Shellawax nothing more than a friction shellac & wax finish. They recommend using EEE-Ultra Shine on top of that UP want to put Generals WTF on top of that.

http://www.rockler.com/eee-ultra-shine-woodturners-finish

https://www.thewoodwhisperer.com/articles/general-finishes-wood-turners-finish/

Wood Turner's Finish is a water-oil urethane hybrid
Product SDS-WOOD-TURNERS-FINISH-GENERAL-FINISHES-US-HCS

https://generalfinishes.com/sites/default/files/documents/files/2018-06/SDS-Wood-Turners-Finish-General-Finishes-US-HCS-2012-v4.7-2018-05-15.pdf

If look at section 3 of product SDS/MSDS does not all ingredients listed but essentially a water based oil/varnish blend.

Manufacturers do not have to list all ingredients in section 3 of MSDS or SDS as seen on WTF and many other safety data sheets. Section 3 supposed to list all toxic ingredients by law but you can read weasel clause below section 3.

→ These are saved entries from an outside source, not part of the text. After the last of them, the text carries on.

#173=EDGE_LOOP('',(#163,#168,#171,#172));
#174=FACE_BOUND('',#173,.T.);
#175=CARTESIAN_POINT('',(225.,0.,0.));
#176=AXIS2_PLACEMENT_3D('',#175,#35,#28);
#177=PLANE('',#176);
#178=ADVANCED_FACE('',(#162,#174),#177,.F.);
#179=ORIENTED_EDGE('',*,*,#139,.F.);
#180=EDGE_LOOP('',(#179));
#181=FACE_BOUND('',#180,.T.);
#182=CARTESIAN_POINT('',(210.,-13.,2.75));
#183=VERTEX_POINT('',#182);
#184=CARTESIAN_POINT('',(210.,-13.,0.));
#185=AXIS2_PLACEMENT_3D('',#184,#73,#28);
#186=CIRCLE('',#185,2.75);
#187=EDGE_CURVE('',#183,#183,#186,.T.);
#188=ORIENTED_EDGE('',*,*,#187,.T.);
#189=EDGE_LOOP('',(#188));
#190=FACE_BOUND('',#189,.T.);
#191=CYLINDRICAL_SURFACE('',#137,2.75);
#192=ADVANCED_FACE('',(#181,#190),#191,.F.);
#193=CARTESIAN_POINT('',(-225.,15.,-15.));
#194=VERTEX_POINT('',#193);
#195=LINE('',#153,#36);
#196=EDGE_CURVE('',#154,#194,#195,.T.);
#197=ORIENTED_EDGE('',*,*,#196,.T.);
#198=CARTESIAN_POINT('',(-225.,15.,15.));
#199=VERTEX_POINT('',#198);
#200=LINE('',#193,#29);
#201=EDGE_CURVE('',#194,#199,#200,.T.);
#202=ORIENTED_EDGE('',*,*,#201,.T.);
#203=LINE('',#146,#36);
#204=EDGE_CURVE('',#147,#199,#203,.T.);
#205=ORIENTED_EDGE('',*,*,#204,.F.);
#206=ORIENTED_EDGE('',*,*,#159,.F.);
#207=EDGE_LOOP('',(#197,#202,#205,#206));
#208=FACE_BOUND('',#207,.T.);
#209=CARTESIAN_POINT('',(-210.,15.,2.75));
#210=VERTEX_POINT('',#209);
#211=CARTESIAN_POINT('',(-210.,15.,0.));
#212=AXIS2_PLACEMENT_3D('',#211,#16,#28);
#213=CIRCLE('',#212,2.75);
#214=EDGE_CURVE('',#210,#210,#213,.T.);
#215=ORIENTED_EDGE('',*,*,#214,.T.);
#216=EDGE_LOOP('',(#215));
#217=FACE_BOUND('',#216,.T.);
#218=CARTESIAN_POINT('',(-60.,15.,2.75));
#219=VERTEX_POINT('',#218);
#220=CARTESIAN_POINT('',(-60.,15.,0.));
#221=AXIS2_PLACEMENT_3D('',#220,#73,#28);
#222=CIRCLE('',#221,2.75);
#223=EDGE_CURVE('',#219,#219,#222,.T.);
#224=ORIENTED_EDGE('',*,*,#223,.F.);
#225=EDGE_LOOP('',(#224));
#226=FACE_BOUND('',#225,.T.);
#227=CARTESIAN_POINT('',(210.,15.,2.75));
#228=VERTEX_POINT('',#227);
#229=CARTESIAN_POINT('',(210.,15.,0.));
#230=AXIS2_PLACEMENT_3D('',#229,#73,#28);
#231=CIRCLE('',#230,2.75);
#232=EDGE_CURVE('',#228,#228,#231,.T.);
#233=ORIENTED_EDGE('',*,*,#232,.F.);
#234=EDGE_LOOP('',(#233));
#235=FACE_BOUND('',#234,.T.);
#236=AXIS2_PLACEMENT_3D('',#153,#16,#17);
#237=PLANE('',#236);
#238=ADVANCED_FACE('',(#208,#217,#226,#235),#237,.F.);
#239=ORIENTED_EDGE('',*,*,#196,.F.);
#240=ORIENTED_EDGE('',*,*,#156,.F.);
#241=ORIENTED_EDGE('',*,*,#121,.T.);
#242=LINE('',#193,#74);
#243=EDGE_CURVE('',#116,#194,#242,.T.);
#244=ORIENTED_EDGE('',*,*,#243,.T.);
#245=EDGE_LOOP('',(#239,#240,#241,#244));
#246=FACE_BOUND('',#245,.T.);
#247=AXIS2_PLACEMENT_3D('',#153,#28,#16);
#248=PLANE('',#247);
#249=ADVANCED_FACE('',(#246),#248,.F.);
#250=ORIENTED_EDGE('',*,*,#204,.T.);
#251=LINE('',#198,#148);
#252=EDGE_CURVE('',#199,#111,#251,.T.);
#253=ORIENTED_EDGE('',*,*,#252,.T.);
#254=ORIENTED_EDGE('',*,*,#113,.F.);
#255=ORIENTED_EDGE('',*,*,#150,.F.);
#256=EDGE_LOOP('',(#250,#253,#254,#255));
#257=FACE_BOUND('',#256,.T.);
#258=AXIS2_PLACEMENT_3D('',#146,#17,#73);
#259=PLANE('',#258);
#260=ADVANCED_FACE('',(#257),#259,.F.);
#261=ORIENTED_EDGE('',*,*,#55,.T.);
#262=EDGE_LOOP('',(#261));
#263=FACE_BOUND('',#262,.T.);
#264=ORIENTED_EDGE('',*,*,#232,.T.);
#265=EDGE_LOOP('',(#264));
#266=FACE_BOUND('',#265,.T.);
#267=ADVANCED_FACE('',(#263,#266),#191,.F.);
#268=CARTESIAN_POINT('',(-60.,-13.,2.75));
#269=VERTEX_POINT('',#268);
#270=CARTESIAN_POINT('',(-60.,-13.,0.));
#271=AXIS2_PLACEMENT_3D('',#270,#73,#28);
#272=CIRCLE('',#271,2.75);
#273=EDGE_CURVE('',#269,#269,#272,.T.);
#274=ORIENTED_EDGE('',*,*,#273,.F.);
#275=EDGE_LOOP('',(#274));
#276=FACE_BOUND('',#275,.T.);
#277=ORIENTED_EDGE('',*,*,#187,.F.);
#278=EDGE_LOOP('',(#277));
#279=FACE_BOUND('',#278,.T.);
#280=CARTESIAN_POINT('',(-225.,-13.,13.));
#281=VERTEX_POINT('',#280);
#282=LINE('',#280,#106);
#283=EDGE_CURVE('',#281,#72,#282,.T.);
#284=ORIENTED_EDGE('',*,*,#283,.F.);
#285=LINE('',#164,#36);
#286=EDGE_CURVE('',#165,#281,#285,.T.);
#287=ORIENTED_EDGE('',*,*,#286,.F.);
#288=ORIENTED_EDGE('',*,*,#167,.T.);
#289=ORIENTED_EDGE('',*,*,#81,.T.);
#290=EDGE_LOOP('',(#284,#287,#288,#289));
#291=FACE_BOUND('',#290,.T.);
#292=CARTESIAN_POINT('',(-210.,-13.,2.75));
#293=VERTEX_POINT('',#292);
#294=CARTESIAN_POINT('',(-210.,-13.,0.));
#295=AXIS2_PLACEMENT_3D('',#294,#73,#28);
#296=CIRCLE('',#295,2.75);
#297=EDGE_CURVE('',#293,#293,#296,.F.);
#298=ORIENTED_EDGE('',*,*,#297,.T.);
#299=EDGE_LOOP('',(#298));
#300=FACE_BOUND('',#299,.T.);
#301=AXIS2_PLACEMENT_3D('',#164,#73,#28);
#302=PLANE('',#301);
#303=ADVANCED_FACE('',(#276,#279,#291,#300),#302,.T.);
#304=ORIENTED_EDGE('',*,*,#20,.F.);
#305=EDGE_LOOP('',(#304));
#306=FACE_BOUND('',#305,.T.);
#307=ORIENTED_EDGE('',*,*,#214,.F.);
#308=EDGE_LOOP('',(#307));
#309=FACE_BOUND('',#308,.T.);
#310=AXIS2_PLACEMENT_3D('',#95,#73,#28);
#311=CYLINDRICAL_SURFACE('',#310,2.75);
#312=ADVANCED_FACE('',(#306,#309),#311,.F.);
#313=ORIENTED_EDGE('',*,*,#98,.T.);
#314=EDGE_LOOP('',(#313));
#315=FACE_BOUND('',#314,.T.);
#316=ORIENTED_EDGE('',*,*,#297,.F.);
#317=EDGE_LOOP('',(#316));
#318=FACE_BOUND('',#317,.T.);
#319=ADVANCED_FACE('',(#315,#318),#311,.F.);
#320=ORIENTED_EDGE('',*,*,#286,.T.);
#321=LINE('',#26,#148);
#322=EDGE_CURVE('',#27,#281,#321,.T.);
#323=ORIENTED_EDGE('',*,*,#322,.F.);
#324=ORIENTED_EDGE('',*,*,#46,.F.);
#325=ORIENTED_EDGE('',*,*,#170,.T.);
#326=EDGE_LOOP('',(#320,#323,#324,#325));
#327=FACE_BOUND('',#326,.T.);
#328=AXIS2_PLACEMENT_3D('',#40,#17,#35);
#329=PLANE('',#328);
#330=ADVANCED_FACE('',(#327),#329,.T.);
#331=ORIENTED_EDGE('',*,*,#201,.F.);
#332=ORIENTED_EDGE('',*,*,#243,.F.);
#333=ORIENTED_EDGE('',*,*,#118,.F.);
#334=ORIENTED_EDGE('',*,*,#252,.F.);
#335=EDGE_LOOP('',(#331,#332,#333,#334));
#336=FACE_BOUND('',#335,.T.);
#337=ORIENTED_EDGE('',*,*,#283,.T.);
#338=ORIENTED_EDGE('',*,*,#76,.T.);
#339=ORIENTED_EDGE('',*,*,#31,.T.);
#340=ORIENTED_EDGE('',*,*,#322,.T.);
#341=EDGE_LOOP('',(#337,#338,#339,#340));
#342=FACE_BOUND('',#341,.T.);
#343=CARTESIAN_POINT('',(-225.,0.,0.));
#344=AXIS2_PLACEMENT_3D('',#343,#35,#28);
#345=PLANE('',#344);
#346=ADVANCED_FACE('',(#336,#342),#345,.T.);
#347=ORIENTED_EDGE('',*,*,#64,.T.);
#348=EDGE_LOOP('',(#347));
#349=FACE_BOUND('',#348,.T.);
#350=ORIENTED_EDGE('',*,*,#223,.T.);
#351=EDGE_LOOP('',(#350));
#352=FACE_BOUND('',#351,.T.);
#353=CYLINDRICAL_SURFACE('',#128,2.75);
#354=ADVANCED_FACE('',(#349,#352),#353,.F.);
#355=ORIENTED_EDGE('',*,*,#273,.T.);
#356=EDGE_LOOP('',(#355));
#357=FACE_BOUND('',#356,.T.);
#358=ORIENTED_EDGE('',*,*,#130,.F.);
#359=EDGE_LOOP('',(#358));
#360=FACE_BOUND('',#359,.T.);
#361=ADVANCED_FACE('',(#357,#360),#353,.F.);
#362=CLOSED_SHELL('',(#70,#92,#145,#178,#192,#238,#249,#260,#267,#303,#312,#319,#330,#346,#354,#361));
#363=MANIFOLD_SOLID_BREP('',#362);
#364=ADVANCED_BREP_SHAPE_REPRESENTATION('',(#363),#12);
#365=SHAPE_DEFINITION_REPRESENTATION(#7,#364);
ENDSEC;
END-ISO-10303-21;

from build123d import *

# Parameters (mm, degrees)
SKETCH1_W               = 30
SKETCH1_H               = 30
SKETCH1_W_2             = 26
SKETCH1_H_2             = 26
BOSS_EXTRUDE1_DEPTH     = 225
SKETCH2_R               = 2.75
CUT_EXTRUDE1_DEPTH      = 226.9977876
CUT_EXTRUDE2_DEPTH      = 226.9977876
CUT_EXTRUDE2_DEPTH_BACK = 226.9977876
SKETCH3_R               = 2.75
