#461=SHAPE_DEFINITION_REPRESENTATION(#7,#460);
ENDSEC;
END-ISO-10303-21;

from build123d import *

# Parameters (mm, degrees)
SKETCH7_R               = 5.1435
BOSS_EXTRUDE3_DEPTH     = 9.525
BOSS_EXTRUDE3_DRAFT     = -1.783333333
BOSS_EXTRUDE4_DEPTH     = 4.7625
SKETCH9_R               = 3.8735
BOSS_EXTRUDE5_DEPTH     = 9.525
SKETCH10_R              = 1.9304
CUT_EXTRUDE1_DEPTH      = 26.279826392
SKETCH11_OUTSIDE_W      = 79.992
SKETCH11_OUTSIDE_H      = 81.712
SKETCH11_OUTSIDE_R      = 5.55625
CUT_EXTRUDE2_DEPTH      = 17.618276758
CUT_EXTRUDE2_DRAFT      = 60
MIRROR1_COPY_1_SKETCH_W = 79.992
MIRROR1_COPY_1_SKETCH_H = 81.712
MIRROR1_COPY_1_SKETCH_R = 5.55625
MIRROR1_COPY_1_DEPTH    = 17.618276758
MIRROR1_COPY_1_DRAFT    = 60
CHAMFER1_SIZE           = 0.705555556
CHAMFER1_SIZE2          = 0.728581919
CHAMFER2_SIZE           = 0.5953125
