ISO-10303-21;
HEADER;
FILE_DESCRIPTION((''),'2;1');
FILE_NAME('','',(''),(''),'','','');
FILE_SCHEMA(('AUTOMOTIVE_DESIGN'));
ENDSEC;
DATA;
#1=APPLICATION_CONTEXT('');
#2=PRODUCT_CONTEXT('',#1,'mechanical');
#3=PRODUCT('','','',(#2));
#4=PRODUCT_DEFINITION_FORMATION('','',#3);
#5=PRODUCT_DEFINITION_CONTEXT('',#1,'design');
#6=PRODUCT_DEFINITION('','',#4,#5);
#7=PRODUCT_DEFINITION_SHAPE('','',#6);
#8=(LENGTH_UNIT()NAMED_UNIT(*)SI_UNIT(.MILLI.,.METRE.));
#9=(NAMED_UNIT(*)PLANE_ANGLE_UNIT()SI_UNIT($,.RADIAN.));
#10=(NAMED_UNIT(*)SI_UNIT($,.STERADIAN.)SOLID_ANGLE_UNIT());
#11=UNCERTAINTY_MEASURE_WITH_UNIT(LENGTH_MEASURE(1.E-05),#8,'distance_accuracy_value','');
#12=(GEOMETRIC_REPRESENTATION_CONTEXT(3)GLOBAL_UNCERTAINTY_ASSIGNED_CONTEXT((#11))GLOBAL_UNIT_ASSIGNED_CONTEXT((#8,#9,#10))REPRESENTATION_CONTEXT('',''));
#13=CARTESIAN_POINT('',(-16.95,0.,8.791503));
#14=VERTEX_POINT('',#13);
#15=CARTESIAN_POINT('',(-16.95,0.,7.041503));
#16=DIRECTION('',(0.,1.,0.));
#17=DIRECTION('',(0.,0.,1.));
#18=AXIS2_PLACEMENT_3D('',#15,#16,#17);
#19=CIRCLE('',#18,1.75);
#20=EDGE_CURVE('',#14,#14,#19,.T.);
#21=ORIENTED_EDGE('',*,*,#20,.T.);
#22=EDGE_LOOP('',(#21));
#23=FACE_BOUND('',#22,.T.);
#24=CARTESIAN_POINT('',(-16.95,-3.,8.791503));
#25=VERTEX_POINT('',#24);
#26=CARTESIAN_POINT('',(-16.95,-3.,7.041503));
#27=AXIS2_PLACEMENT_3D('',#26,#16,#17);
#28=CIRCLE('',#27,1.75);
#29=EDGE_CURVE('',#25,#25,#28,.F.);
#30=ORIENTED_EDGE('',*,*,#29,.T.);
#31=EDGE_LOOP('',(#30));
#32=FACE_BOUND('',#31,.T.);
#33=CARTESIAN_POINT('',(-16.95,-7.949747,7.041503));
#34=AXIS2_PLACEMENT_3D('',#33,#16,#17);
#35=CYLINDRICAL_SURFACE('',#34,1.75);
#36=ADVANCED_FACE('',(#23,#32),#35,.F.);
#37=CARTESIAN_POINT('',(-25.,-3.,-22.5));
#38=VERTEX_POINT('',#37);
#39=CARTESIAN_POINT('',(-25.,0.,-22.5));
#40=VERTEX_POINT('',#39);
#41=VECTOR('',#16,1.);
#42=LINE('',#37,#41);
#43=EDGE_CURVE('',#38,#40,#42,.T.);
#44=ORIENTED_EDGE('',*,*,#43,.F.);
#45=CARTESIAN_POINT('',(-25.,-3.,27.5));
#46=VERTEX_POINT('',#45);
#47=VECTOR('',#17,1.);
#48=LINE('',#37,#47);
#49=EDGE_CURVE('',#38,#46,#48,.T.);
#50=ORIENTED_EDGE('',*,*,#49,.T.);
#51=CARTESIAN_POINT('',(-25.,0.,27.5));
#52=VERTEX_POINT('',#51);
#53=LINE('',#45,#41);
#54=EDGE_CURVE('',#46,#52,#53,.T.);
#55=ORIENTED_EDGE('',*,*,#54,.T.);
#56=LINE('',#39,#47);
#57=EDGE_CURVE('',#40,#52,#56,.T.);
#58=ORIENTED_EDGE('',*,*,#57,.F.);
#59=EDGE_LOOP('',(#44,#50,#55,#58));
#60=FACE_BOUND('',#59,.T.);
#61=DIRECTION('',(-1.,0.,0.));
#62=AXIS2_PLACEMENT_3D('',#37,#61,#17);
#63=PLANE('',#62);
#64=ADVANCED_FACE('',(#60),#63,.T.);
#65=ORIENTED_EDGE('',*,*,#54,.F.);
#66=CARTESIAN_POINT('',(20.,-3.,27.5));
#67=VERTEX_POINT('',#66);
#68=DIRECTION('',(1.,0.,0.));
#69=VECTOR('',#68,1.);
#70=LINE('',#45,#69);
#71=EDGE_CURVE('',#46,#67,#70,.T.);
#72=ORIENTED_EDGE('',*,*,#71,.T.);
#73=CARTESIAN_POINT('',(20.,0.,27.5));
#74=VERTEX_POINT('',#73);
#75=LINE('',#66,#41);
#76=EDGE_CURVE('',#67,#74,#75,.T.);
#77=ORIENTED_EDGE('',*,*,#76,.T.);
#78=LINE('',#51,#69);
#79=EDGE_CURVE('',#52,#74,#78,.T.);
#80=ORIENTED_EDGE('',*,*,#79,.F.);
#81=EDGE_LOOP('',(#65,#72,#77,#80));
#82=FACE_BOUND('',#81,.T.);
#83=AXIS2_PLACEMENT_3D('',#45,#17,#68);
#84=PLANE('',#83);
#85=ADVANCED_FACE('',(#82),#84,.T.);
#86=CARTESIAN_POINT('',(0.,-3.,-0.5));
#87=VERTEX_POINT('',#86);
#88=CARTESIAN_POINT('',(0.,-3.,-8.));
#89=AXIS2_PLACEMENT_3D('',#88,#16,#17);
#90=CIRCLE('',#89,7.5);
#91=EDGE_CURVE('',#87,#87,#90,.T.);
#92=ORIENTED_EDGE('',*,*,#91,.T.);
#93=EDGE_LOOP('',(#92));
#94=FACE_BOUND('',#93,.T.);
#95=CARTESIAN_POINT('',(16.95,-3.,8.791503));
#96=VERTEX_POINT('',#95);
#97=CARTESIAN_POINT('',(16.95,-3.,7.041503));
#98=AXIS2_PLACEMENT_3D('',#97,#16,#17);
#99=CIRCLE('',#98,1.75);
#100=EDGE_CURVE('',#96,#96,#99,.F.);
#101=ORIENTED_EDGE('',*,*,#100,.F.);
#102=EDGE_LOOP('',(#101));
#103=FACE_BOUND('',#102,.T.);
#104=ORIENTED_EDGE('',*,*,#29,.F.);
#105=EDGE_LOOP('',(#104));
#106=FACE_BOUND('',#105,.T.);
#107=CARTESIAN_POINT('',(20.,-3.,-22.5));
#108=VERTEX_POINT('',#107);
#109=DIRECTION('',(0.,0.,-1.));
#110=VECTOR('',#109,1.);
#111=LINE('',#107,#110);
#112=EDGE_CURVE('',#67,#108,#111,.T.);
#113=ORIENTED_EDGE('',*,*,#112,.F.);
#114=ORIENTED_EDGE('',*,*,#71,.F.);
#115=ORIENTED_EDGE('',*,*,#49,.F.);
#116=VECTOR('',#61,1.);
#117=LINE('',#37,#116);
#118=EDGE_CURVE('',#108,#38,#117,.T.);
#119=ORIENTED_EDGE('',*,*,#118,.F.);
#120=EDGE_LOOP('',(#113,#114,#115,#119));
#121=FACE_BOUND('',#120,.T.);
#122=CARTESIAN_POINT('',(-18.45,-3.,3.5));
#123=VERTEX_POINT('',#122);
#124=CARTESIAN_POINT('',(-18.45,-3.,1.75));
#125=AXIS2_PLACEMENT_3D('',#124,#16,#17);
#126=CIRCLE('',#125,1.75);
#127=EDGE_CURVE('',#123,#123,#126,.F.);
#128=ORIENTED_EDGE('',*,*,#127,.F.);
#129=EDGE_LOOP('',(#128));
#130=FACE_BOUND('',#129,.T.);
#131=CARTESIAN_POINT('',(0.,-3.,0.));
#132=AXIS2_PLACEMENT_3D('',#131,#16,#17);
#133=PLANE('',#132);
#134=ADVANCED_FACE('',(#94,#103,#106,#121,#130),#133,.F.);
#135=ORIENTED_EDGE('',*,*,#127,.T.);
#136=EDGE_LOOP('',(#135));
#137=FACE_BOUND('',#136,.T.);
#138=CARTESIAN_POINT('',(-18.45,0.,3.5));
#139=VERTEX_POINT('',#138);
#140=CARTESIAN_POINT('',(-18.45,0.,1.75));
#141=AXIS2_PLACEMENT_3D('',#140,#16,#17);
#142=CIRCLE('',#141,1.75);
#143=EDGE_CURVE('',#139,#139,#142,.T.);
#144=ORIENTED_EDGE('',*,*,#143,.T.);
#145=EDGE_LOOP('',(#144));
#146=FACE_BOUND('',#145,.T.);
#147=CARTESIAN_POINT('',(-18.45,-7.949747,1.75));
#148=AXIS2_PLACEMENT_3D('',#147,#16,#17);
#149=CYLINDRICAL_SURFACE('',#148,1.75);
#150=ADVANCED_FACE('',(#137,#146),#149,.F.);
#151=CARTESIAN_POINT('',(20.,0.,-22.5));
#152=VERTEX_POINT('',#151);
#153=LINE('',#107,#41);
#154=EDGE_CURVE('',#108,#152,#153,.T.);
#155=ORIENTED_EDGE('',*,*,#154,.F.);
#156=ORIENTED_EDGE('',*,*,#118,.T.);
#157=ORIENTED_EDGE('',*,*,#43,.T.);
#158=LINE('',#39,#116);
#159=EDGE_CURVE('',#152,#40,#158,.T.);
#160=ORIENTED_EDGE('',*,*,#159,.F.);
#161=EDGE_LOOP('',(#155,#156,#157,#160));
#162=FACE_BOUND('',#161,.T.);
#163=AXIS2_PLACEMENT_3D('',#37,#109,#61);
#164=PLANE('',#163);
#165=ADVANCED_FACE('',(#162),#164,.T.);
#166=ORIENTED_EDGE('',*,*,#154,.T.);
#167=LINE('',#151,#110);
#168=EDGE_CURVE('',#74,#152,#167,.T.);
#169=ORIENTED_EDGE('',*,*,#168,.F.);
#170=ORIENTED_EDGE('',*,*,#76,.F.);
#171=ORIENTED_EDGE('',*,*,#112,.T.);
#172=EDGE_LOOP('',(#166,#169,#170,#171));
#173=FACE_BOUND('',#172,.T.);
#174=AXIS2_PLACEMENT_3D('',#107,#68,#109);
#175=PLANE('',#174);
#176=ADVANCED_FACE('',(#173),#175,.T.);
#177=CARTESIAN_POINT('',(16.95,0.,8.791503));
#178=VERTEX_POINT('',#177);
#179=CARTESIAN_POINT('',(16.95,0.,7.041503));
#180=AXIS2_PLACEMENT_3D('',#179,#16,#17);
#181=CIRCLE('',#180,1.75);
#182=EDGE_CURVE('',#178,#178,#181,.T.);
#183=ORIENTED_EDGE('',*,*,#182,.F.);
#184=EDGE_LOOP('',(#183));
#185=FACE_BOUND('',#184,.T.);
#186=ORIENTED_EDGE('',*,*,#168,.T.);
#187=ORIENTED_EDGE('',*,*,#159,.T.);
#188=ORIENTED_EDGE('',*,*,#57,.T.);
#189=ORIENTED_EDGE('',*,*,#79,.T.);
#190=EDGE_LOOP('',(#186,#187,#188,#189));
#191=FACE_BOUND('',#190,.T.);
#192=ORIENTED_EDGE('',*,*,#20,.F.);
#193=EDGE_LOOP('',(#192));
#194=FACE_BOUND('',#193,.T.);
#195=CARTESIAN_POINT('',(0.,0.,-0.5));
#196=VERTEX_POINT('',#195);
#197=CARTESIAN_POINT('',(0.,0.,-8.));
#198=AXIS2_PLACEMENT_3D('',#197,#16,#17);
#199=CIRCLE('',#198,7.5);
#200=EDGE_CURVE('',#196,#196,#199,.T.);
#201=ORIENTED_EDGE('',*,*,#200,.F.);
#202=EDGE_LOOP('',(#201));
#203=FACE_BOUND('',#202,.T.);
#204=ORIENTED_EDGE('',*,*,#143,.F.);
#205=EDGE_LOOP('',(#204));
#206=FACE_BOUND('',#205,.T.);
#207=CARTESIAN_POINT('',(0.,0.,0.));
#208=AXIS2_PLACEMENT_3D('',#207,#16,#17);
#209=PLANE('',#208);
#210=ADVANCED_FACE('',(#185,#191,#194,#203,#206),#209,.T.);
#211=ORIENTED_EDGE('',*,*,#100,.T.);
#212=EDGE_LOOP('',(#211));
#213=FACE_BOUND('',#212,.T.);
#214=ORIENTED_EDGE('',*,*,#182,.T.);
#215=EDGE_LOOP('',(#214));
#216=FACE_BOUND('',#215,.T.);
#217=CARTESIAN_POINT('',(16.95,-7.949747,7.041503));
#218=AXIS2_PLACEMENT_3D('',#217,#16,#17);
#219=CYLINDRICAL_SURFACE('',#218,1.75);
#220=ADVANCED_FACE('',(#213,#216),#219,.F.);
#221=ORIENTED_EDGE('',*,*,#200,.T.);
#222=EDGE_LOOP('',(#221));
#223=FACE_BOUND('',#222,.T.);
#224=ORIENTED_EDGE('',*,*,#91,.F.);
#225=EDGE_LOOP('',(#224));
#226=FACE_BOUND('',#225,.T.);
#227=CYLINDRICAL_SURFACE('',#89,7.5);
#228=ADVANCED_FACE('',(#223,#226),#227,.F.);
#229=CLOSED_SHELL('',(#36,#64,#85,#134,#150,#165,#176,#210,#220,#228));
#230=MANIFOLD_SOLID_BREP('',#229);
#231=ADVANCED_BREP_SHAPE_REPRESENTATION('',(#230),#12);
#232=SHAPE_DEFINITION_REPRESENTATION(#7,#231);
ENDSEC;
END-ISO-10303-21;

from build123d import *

# Parameters (mm, degrees)
SKETCH2_W           = 45
SKETCH2_H           = 50
SKETCH2_R           = 7.5
BOSS_EXTRUDE1_DEPTH = 3
SKETCH1_R           = 1.75
CUT_EXTRUDE1_DEPTH  = 3


with BuildPart() as part:
    # Sketch2 → Boss-Extrude1 (new body)
    with BuildSketch(Plane(origin=(0, 0, 0), x_dir=(1, 0, 0), z_dir=(0, 1, 0))):
        with Locations((-2.5, -2.5)):
            Rectangle(SKETCH2_W, SKETCH2_H)
        with Locations(Location((0, 8, 0), (0, 0, 270))):
            Circle(SKETCH2_R, mode=Mode.SUBTRACT)
    extrude(amount=-BOSS_EXTRUDE1_DEPTH)

    # Sketch1 → Cut-Extrude1 (cut)
    with BuildSketch(Plane(origin=(0, 0, 0), x_dir=(1, 0, 0), z_dir=(0, 1, 0))):
        with Locations(Location((-18.45, -1.75, 0), (0, 0, 270))):
            Circle(SKETCH1_R)
        with Locations(Location((16.95, -7.041502622, 0), (0, 0, 270))):
            Circle(SKETCH1_R)
        with Locations(Location((-16.95, -7.041502622, 0), (0, 0, 270))):
            Circle(SKETCH1_R)
    extrude(amount=-CUT_EXTRUDE1_DEPTH, mode=Mode.SUBTRACT)


solid = part.part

Friction finishes very easy and fast to apply on the lathe, many shellac/wax or lacquer products on the market. Depending upon shellac product may see some fade back of gloss over time with use. Products like EEE may or may not add to finish durability.

Oil varnish blends including waterbase products also easy to apply on the lathe. Based upon ingredients may get a nice sheen but as noted WTF imparts an amber hue similar to oil finishes.

Considering cost of Shellwax & EEE-ULTRA-SHINE then adding WTF make sense?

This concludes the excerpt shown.